● **Work task**: Look through the records below for the line with "#184=FACE_BOUND('',#183,.T.);" and the line with "#202=FACE_BOUND('',#201,.T.);", then return those lines and all lines between, exactly.

Saved entries
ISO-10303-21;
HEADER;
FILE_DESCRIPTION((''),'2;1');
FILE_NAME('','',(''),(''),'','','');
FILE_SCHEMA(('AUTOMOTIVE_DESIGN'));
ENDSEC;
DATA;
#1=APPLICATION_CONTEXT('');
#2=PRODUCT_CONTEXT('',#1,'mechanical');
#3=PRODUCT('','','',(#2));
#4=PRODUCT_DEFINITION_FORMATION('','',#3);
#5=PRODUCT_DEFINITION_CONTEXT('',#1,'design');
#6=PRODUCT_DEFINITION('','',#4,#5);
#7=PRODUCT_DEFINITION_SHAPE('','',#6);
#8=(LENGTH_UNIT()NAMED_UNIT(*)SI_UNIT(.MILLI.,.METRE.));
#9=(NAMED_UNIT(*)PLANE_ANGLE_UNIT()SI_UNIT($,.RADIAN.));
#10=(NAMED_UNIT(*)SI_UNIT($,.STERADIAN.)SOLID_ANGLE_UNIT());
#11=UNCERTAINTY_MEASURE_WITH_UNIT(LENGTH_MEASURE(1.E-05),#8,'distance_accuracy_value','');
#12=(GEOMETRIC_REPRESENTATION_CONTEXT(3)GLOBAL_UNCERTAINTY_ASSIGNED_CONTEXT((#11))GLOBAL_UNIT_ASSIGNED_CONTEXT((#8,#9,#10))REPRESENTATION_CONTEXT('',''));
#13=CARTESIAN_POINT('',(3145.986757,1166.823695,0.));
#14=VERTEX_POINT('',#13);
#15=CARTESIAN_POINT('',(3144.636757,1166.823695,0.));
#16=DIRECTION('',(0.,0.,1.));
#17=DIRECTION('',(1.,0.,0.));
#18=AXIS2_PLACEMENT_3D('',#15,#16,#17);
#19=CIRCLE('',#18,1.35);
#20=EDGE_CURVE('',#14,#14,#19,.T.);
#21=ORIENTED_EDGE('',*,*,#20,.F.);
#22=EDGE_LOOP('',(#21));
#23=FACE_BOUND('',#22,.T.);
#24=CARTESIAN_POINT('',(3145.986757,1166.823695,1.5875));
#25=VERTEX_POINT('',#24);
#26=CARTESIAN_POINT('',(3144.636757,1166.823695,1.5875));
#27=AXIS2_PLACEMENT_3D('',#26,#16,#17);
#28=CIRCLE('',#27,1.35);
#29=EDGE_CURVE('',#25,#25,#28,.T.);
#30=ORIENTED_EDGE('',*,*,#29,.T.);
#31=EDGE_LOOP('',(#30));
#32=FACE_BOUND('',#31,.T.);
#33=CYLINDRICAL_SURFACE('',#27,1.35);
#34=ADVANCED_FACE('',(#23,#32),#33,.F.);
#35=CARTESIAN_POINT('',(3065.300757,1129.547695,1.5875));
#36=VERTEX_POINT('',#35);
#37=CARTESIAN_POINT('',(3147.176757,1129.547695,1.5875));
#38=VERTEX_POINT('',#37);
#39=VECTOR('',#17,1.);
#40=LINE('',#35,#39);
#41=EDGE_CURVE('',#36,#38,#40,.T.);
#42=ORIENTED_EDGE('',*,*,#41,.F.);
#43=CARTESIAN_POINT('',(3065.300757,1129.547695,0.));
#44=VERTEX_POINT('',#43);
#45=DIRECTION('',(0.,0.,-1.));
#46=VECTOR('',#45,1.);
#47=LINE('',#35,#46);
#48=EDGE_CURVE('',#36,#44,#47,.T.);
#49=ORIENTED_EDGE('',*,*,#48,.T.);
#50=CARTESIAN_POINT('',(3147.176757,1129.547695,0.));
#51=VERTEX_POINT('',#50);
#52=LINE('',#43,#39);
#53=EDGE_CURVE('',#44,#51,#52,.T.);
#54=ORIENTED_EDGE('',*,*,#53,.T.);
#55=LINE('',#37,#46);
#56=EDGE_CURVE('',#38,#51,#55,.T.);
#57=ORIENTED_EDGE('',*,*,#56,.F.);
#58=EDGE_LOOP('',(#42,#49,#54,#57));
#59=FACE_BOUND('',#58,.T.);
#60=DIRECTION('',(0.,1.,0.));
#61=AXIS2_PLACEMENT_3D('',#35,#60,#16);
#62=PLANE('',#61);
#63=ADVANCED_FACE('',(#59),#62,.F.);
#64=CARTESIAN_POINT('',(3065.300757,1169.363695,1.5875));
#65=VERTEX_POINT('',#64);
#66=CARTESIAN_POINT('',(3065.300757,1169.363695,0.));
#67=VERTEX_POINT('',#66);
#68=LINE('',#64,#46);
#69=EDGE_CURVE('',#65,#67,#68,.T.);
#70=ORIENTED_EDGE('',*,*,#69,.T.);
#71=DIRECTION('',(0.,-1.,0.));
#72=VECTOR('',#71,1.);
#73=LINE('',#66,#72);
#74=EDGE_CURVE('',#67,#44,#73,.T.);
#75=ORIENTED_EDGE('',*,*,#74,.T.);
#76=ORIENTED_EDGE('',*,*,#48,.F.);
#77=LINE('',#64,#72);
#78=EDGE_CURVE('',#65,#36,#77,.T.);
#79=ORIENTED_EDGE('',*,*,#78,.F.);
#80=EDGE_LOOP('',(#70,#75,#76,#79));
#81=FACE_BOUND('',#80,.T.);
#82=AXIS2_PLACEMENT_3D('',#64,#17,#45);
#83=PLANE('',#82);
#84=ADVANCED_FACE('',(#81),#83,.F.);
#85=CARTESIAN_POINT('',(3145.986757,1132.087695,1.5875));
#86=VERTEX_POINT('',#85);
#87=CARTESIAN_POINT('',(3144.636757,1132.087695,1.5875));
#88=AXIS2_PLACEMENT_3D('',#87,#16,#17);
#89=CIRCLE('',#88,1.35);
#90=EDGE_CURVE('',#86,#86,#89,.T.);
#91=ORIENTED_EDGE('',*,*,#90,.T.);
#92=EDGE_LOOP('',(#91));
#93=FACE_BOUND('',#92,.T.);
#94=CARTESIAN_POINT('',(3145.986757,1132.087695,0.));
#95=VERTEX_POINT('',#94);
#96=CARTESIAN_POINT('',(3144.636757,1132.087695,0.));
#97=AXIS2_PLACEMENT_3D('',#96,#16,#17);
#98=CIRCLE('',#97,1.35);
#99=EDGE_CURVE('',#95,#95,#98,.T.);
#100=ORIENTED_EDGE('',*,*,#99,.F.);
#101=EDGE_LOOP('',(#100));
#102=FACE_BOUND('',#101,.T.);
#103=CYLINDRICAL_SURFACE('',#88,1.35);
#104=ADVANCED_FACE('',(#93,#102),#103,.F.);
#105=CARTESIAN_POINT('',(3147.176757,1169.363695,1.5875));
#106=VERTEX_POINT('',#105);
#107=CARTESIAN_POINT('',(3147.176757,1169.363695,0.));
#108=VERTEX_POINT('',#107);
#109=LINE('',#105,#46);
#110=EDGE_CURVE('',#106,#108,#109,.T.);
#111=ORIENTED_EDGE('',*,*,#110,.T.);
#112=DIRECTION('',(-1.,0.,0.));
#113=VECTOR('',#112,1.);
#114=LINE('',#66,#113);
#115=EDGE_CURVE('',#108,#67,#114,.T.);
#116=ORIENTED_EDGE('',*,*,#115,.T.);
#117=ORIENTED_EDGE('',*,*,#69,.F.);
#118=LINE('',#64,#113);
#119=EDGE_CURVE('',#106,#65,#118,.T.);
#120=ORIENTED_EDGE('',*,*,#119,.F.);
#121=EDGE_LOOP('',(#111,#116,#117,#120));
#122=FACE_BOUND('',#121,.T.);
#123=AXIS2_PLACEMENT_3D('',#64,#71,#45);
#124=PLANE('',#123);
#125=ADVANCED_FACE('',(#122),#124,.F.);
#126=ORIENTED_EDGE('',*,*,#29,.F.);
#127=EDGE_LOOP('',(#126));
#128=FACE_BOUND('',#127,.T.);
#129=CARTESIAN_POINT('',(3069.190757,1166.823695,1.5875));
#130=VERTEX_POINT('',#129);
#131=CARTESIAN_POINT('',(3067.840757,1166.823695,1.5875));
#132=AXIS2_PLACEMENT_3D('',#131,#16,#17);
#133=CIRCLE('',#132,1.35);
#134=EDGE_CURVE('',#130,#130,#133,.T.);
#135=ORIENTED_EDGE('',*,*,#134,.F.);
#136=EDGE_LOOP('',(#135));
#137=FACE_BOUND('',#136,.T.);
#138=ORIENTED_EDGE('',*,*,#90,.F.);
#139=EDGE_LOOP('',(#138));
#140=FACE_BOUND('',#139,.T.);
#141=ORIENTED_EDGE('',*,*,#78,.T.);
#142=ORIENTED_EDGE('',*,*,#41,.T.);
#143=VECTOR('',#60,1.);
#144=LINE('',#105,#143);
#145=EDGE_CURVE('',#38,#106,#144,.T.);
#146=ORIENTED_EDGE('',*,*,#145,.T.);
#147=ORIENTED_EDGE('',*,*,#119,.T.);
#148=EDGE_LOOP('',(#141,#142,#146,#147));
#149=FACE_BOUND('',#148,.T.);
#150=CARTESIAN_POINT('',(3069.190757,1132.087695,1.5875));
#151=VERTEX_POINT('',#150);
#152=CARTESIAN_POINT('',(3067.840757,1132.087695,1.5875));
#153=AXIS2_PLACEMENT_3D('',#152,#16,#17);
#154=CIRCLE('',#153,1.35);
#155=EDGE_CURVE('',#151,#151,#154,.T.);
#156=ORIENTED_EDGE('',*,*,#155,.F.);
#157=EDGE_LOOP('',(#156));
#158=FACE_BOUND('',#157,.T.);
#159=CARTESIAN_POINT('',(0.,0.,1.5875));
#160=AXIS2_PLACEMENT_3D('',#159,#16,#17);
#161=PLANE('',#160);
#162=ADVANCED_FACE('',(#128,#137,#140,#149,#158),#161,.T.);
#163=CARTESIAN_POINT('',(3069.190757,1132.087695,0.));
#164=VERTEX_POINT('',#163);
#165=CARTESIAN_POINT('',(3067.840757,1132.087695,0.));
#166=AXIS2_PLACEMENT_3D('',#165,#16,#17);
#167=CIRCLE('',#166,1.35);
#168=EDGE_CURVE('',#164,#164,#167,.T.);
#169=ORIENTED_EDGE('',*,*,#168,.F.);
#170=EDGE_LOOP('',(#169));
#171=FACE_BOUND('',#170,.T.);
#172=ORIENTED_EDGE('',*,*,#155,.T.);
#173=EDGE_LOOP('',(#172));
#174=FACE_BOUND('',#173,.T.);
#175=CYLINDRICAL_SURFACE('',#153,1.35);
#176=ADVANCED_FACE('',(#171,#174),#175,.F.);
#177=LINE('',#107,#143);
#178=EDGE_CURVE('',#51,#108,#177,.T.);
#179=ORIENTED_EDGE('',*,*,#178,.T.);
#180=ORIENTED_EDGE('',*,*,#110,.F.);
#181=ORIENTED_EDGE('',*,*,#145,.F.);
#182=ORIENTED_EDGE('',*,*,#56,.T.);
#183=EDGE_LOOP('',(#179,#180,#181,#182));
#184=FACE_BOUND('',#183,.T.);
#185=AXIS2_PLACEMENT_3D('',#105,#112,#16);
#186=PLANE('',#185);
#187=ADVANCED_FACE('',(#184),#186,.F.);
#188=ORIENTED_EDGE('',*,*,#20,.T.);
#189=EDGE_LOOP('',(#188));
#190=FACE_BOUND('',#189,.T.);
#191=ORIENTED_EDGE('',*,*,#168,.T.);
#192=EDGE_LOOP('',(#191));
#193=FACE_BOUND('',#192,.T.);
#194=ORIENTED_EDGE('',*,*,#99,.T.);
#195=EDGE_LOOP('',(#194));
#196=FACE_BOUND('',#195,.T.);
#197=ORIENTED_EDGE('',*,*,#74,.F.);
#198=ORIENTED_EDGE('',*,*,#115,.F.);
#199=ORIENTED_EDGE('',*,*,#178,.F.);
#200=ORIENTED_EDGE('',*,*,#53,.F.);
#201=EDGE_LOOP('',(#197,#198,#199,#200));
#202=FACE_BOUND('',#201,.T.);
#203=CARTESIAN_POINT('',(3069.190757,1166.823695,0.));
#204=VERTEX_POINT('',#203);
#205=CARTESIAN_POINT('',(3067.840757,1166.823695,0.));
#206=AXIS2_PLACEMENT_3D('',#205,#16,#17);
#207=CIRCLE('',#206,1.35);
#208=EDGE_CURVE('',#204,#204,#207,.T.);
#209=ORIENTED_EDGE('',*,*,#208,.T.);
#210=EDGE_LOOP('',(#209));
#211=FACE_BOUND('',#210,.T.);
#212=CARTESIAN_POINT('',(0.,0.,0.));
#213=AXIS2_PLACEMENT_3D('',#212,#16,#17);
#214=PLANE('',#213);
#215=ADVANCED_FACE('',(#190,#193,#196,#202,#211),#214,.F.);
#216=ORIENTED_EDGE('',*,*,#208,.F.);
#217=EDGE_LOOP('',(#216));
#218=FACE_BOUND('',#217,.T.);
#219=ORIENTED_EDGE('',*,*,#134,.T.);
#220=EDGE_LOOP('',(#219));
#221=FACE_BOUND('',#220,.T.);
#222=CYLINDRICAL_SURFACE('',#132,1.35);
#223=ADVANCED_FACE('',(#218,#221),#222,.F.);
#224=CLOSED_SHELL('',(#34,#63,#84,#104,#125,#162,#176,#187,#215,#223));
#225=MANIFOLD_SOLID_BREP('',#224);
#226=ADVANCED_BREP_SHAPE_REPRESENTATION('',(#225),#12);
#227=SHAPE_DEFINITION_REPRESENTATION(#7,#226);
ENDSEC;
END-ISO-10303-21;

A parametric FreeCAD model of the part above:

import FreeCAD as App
import Part
import Sketcher
from FreeCAD import Vector
Q = App.Units.Quantity


def add_polygon(sketch, points):
    """Adds a closed chain of lines whose ends are joined by coincident constraints."""
    first, n = sketch.GeometryCount, len(points)
    for a, b in zip(points, points[1:] + points[:1]):
        sketch.addGeometry(Part.LineSegment(App.Vector(*a, 0), App.Vector(*b, 0)), False)
    for i in range(n):
        sketch.addConstraint(Sketcher.Constraint("Coincident", first + i, 2, first + (i + 1) % n, 1))

doc = App.newDocument("Part")
body = doc.addObject("PartDesign::Body", "Body")

# Sketch on XY plane
sketch1 = body.newObject("Sketcher::SketchObject", "Sketch")
sketch1.AttachmentSupport = (doc.getObject("XY_Plane"), [""])
sketch1.MapMode = "FlatFace"
add_polygon(sketch1, [(3065, 1169), (3065, 1130), (3147, 1130), (3147, 1169)])  # lines 0-3
sketch1.addConstraint([
    Sketcher.Constraint("Vertical", 0),
    Sketcher.Constraint("Horizontal", 1),
    Sketcher.Constraint("Vertical", 2),
    Sketcher.Constraint("Horizontal", 3),
    Sketcher.Constraint("DistanceX", 1, 1, 1, 2, Q("81.876 mm")),
    Sketcher.Constraint("DistanceY", 0, 2, 0, 1, Q("39.816 mm")),
    Sketcher.Constraint("DistanceX", -1, 1, 0, 2, Q("3065.300757 mm")),
    Sketcher.Constraint("DistanceY", -1, 1, 0, 2, Q("1129.547695 mm")),
])
pad1 = body.newObject("PartDesign::Pad", "Pad")
pad1.Profile = sketch1
pad1.Length = 1.5875

# Sketch on XY plane
sketch2 = body.newObject("Sketcher::SketchObject", "Sketch001")
sketch2.AttachmentSupport = (doc.getObject("XY_Plane"), [""])
sketch2.MapMode = "FlatFace"
sketch2.AttachmentOffset = App.Placement(Vector(0, 0, 1.5875), App.Rotation())
sketch2.addGeometry([
    Part.Circle(Vector(3144.6, 1132.1, 0), Vector(0, 0, 1), 1.4),
    Part.Circle(Vector(3067.8, 1132.1, 0), Vector(0, 0, 1), 1.4),
    Part.Circle(Vector(3144.6, 1166.8, 0), Vector(0, 0, 1), 1.4),
    Part.Circle(Vector(3067.8, 1166.8, 0), Vector(0, 0, 1), 1.4),
], False)
sketch2.addConstraint([
    Sketcher.Constraint("Equal", 0, 1),
    Sketcher.Constraint("Equal", 1, 2),
    Sketcher.Constraint("Equal", 2, 3),
    Sketcher.Constraint("Horizontal", 0, 3, 1, 3),
    Sketcher.Constraint("Horizontal", 2, 3, 3, 3),
    Sketcher.Constraint("Vertical", 0, 3, 2, 3),
    Sketcher.Constraint("Vertical", 1, 3, 3, 3),
    Sketcher.Constraint("Diameter", 0, Q("2.7 mm")),
    Sketcher.Constraint("DistanceX", 1, 3, 0, 3, Q("76.796 mm")),
    Sketcher.Constraint("DistanceY", 0, 3, 2, 3, Q("34.736 mm")),
    Sketcher.Constraint("DistanceX", -1, 1, 0, 3, Q("3144.636757 mm")),
    Sketcher.Constraint("DistanceY", -1, 1, 0, 3, Q("1132.087695 mm")),
])
doc.recompute()
hole = body.newObject("PartDesign::Hole", "Hole")
hole.Profile = sketch2
hole.ThreadType = "None"
hole.Diameter = 2.7
hole.DepthType = "ThroughAll"

doc.recompute()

● **Task output**:
#184=FACE_BOUND('',#183,.T.);
#185=AXIS2_PLACEMENT_3D('',#105,#112,#16);
#186=PLANE('',#185);
#187=ADVANCED_FACE('',(#184),#186,.F.);
#188=ORIENTED_EDGE('',*,*,#20,.T.);
#189=EDGE_LOOP('',(#188));
#190=FACE_BOUND('',#189,.T.);
#191=ORIENTED_EDGE('',*,*,#168,.T.);
#192=EDGE_LOOP('',(#191));
#193=FACE_BOUND('',#192,.T.);
#194=ORIENTED_EDGE('',*,*,#99,.T.);
#195=EDGE_LOOP('',(#194));
#196=FACE_BOUND('',#195,.T.);
#197=ORIENTED_EDGE('',*,*,#74,.F.);
#198=ORIENTED_EDGE('',*,*,#115,.F.);
#199=ORIENTED_EDGE('',*,*,#178,.F.);
#200=ORIENTED_EDGE('',*,*,#53,.F.);
#201=EDGE_LOOP('',(#197,#198,#199,#200));
#202=FACE_BOUND('',#201,.T.);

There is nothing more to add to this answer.